== Supplied data ==

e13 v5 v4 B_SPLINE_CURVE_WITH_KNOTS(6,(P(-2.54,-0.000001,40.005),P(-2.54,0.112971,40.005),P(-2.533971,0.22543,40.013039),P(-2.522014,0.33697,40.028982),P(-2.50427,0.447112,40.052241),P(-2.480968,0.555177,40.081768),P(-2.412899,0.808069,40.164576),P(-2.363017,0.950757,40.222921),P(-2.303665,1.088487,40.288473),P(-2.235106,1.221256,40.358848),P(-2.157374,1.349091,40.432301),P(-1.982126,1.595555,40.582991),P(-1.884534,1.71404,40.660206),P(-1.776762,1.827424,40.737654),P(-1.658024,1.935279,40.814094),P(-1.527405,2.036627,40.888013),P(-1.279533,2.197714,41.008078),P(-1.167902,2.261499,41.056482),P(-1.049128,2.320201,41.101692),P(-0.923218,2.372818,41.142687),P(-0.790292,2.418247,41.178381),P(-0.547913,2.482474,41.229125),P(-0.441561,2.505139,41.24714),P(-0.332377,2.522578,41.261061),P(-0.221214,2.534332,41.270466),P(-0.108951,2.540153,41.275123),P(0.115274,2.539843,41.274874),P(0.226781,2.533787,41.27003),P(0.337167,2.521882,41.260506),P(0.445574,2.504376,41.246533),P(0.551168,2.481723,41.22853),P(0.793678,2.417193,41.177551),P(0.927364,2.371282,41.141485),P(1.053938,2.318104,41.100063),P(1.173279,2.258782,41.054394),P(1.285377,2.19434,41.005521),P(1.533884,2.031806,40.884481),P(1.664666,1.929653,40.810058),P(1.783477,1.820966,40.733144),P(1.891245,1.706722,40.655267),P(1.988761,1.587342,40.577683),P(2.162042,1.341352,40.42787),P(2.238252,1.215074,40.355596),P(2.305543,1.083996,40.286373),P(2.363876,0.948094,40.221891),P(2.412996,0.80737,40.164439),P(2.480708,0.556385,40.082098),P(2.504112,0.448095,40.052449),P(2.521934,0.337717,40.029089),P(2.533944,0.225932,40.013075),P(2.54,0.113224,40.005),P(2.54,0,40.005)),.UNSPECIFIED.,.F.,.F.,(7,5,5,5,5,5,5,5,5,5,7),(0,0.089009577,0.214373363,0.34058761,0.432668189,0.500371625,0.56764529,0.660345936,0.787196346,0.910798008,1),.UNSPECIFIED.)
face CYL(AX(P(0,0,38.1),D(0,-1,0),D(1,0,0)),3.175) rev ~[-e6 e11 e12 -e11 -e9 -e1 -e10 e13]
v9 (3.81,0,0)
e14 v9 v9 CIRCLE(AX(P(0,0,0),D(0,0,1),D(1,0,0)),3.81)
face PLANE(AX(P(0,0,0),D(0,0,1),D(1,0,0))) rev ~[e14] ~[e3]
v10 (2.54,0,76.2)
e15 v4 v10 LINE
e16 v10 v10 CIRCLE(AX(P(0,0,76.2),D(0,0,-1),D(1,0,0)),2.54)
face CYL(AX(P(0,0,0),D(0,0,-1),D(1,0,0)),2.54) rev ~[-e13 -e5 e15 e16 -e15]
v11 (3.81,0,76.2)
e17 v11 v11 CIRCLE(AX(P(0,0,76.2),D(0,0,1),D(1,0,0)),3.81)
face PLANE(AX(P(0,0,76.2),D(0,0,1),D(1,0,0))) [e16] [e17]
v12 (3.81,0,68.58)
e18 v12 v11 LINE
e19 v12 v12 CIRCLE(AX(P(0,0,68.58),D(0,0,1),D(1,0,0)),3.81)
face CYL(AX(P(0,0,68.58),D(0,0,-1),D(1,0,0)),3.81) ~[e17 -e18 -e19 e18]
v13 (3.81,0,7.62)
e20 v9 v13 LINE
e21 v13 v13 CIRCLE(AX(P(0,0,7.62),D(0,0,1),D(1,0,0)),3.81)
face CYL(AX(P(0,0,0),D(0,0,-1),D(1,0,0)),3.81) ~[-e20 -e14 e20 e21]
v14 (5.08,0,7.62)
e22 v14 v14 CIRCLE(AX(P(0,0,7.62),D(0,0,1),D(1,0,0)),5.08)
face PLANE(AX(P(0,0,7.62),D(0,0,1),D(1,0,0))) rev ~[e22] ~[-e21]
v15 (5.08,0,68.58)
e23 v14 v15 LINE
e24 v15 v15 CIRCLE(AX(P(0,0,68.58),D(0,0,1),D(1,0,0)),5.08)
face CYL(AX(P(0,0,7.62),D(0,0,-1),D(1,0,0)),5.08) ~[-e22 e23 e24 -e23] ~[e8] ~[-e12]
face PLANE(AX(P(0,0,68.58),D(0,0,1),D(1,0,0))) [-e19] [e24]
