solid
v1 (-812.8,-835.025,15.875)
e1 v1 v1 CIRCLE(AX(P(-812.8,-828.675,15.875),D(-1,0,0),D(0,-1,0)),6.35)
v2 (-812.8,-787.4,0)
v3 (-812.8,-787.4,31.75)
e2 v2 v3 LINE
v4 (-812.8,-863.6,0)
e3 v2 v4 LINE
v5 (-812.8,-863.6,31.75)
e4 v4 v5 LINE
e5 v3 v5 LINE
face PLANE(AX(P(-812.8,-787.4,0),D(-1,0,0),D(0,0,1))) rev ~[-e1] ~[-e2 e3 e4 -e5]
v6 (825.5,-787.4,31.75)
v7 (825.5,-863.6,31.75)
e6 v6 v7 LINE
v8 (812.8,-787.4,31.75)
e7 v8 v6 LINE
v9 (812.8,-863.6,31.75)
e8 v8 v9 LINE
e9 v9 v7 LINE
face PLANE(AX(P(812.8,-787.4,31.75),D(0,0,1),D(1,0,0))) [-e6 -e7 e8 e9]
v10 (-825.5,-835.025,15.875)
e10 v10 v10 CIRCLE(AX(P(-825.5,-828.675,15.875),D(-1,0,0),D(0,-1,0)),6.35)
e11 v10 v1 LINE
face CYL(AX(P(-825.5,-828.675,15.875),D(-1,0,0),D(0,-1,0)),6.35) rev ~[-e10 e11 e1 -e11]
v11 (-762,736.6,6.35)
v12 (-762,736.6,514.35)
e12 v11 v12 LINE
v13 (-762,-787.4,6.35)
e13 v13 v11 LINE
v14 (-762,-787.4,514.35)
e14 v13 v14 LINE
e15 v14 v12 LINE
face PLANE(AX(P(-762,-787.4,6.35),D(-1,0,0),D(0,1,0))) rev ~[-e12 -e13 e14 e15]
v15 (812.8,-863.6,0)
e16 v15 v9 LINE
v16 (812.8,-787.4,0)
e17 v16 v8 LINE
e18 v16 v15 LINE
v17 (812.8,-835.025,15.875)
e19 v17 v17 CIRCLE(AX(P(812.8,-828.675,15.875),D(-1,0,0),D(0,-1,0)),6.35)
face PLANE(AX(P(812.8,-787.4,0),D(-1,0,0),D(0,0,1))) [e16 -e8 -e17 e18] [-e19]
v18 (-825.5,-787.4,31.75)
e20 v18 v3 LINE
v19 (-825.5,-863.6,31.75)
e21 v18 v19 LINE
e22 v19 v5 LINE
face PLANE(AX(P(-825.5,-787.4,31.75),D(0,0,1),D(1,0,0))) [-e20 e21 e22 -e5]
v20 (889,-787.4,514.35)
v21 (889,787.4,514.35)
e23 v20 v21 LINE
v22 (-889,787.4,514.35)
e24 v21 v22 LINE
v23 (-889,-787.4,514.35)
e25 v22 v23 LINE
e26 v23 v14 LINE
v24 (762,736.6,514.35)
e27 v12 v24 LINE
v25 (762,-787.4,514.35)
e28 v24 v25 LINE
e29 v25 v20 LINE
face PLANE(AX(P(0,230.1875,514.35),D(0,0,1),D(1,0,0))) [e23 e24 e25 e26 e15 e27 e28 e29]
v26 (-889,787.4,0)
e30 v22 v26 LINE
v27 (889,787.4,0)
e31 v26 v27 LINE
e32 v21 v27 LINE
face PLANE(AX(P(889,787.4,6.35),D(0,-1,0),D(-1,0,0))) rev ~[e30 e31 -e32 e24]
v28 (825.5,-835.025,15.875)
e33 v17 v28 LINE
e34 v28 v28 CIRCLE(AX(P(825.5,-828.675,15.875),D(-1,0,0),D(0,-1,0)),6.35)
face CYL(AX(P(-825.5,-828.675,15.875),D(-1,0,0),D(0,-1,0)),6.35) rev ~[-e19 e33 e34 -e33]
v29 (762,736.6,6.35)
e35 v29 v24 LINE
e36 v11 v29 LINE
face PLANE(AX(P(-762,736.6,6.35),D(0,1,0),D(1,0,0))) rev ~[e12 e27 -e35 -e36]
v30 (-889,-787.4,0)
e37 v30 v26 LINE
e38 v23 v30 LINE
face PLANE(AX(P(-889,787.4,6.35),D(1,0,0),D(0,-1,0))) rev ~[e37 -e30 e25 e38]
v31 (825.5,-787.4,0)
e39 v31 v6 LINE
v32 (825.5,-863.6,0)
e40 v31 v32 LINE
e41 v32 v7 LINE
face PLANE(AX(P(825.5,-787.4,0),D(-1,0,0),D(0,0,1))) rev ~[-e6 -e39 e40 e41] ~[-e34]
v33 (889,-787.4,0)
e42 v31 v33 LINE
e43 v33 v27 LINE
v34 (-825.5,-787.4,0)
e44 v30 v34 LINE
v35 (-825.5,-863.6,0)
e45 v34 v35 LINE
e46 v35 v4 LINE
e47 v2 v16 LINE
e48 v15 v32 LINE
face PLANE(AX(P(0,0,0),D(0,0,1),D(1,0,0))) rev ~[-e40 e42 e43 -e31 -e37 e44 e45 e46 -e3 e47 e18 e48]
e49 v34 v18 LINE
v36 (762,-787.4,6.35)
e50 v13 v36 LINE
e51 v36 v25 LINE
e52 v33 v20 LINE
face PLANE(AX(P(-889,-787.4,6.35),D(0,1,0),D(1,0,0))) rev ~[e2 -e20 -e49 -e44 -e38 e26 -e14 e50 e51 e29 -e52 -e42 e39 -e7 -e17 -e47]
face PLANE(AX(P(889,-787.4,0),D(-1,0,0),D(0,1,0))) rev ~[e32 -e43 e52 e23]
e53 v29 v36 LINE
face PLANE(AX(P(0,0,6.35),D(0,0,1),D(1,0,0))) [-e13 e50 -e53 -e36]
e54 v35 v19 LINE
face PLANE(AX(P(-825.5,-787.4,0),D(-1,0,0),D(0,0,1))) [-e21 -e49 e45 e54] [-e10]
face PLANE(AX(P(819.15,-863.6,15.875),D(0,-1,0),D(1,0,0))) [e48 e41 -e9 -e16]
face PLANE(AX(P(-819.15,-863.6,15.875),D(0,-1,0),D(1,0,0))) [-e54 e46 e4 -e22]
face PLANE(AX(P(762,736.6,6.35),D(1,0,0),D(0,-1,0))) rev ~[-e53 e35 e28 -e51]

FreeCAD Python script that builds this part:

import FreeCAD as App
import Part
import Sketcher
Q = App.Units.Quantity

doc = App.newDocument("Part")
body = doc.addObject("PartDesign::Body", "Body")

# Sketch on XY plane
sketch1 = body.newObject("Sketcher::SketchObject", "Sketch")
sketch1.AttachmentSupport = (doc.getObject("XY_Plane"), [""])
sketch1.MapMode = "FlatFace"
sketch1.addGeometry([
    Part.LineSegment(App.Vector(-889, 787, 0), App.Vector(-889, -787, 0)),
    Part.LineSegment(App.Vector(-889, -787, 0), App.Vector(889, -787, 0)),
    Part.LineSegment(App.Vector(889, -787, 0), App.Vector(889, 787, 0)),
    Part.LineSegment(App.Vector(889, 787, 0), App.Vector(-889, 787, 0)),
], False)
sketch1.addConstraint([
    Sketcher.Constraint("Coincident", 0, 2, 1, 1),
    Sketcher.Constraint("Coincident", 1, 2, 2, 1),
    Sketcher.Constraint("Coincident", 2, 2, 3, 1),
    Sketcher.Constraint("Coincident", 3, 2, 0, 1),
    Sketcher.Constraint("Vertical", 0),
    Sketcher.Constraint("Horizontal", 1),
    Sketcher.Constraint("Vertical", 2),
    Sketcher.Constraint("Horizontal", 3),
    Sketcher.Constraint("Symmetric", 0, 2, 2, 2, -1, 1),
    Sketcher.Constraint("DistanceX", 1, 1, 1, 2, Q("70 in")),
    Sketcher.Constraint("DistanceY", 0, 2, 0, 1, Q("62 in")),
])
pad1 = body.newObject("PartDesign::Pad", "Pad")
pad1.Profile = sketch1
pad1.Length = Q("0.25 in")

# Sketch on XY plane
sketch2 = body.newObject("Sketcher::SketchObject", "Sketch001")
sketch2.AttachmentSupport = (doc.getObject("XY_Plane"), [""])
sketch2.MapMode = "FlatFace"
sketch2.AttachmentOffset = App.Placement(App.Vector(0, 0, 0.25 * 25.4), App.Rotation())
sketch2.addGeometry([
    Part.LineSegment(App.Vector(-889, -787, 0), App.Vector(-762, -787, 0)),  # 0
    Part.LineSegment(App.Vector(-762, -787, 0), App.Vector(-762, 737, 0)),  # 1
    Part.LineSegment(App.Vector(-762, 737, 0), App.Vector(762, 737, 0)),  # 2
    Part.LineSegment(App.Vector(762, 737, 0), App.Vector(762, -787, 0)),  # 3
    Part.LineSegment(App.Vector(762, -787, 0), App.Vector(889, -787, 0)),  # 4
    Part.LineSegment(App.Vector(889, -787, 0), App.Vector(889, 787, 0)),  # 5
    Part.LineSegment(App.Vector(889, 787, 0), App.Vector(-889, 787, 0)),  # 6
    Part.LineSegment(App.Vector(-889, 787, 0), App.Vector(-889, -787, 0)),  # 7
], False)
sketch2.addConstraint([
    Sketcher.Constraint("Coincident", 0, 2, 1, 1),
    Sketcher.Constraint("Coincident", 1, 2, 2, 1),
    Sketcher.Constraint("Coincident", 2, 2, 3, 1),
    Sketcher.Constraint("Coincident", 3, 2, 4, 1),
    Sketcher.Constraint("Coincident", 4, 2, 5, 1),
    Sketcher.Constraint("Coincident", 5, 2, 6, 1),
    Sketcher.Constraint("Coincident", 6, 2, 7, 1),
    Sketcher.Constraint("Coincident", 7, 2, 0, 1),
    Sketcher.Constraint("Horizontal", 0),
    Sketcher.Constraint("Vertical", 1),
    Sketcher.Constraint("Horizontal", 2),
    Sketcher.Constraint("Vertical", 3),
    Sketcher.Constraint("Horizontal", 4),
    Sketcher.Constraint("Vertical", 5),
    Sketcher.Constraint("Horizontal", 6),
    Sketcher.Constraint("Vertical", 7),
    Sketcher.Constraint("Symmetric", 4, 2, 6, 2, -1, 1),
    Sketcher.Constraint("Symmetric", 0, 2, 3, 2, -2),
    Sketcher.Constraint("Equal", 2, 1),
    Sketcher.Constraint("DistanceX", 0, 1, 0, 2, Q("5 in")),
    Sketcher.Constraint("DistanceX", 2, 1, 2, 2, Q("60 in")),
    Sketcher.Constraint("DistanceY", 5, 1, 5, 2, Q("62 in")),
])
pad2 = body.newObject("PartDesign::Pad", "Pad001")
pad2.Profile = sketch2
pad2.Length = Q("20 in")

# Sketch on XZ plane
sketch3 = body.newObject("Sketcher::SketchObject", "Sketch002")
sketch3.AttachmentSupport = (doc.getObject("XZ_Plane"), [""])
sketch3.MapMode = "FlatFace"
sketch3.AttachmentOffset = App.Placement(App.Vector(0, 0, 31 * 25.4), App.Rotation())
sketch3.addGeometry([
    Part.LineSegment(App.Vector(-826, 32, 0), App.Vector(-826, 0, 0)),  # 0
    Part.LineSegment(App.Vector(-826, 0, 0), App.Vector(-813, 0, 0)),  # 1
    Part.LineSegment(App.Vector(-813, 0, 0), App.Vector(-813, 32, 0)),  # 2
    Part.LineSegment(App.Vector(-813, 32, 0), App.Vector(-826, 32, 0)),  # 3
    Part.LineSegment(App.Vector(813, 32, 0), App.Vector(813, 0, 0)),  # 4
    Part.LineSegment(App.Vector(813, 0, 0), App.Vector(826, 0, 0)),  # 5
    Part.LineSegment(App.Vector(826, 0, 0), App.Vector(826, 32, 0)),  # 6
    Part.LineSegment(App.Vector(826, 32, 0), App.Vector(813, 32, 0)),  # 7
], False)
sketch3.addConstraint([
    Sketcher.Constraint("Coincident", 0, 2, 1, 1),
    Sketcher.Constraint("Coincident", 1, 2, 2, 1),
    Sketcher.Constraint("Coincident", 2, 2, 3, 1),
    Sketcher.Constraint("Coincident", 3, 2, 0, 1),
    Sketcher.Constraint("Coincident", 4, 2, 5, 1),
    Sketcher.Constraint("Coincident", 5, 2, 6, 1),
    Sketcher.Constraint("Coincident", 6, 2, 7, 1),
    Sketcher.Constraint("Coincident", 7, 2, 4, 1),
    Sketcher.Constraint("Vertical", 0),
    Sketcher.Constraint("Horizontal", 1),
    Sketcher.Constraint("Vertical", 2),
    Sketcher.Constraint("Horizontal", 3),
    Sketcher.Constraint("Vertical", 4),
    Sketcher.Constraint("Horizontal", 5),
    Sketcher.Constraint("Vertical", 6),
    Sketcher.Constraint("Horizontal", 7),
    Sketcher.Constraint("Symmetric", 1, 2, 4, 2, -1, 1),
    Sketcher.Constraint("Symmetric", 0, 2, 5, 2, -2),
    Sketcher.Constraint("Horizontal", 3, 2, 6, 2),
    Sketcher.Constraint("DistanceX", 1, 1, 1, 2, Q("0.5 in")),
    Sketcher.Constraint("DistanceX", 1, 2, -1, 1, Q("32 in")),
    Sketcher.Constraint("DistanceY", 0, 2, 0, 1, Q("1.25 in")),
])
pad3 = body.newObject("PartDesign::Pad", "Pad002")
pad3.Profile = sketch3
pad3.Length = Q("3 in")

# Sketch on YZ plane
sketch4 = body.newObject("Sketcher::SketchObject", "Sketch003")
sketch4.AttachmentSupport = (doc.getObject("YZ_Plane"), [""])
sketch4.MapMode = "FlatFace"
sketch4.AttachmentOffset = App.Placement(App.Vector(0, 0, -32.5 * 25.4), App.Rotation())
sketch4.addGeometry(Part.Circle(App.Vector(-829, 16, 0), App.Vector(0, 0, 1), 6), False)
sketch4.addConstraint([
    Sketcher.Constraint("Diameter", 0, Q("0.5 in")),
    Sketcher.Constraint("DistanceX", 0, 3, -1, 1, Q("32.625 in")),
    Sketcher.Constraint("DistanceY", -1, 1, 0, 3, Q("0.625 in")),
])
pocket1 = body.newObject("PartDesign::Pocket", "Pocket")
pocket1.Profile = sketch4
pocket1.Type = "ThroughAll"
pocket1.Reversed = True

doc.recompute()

===

▶ _What this task involves_
From the entries above, return exactly the line containing "face PLANE(AX(P(825.5,-787.4,0),D(-1,0,0),D(0,0,1))) rev", the line containing "face PLANE(AX(P(-825.5,-787.4,0),D(-1,0,0),D(0,0,1))) [-e21", and all lines between, and nothing else.

▶ _Answer to this problem_
face PLANE(AX(P(825.5,-787.4,0),D(-1,0,0),D(0,0,1))) rev ~[-e6 -e39 e40 e41] ~[-e34]
v33 (889,-787.4,0)
e42 v31 v33 LINE
e43 v33 v27 LINE
v34 (-825.5,-787.4,0)
e44 v30 v34 LINE
v35 (-825.5,-863.6,0)
e45 v34 v35 LINE
e46 v35 v4 LINE
e47 v2 v16 LINE
e48 v15 v32 LINE
face PLANE(AX(P(0,0,0),D(0,0,1),D(1,0,0))) rev ~[-e40 e42 e43 -e31 -e37 e44 e45 e46 -e3 e47 e18 e48]
e49 v34 v18 LINE
v36 (762,-787.4,6.35)
e50 v13 v36 LINE
e51 v36 v25 LINE
e52 v33 v20 LINE
face PLANE(AX(P(-889,-787.4,6.35),D(0,1,0),D(1,0,0))) rev ~[e2 -e20 -e49 -e44 -e38 e26 -e14 e50 e51 e29 -e52 -e42 e39 -e7 -e17 -e47]
face PLANE(AX(P(889,-787.4,0),D(-1,0,0),D(0,1,0))) rev ~[e32 -e43 e52 e23]
e53 v29 v36 LINE
face PLANE(AX(P(0,0,6.35),D(0,0,1),D(1,0,0))) [-e13 e50 -e53 -e36]
e54 v35 v19 LINE
face PLANE(AX(P(-825.5,-787.4,0),D(-1,0,0),D(0,0,1))) [-e21 -e49 e45 e54] [-e10]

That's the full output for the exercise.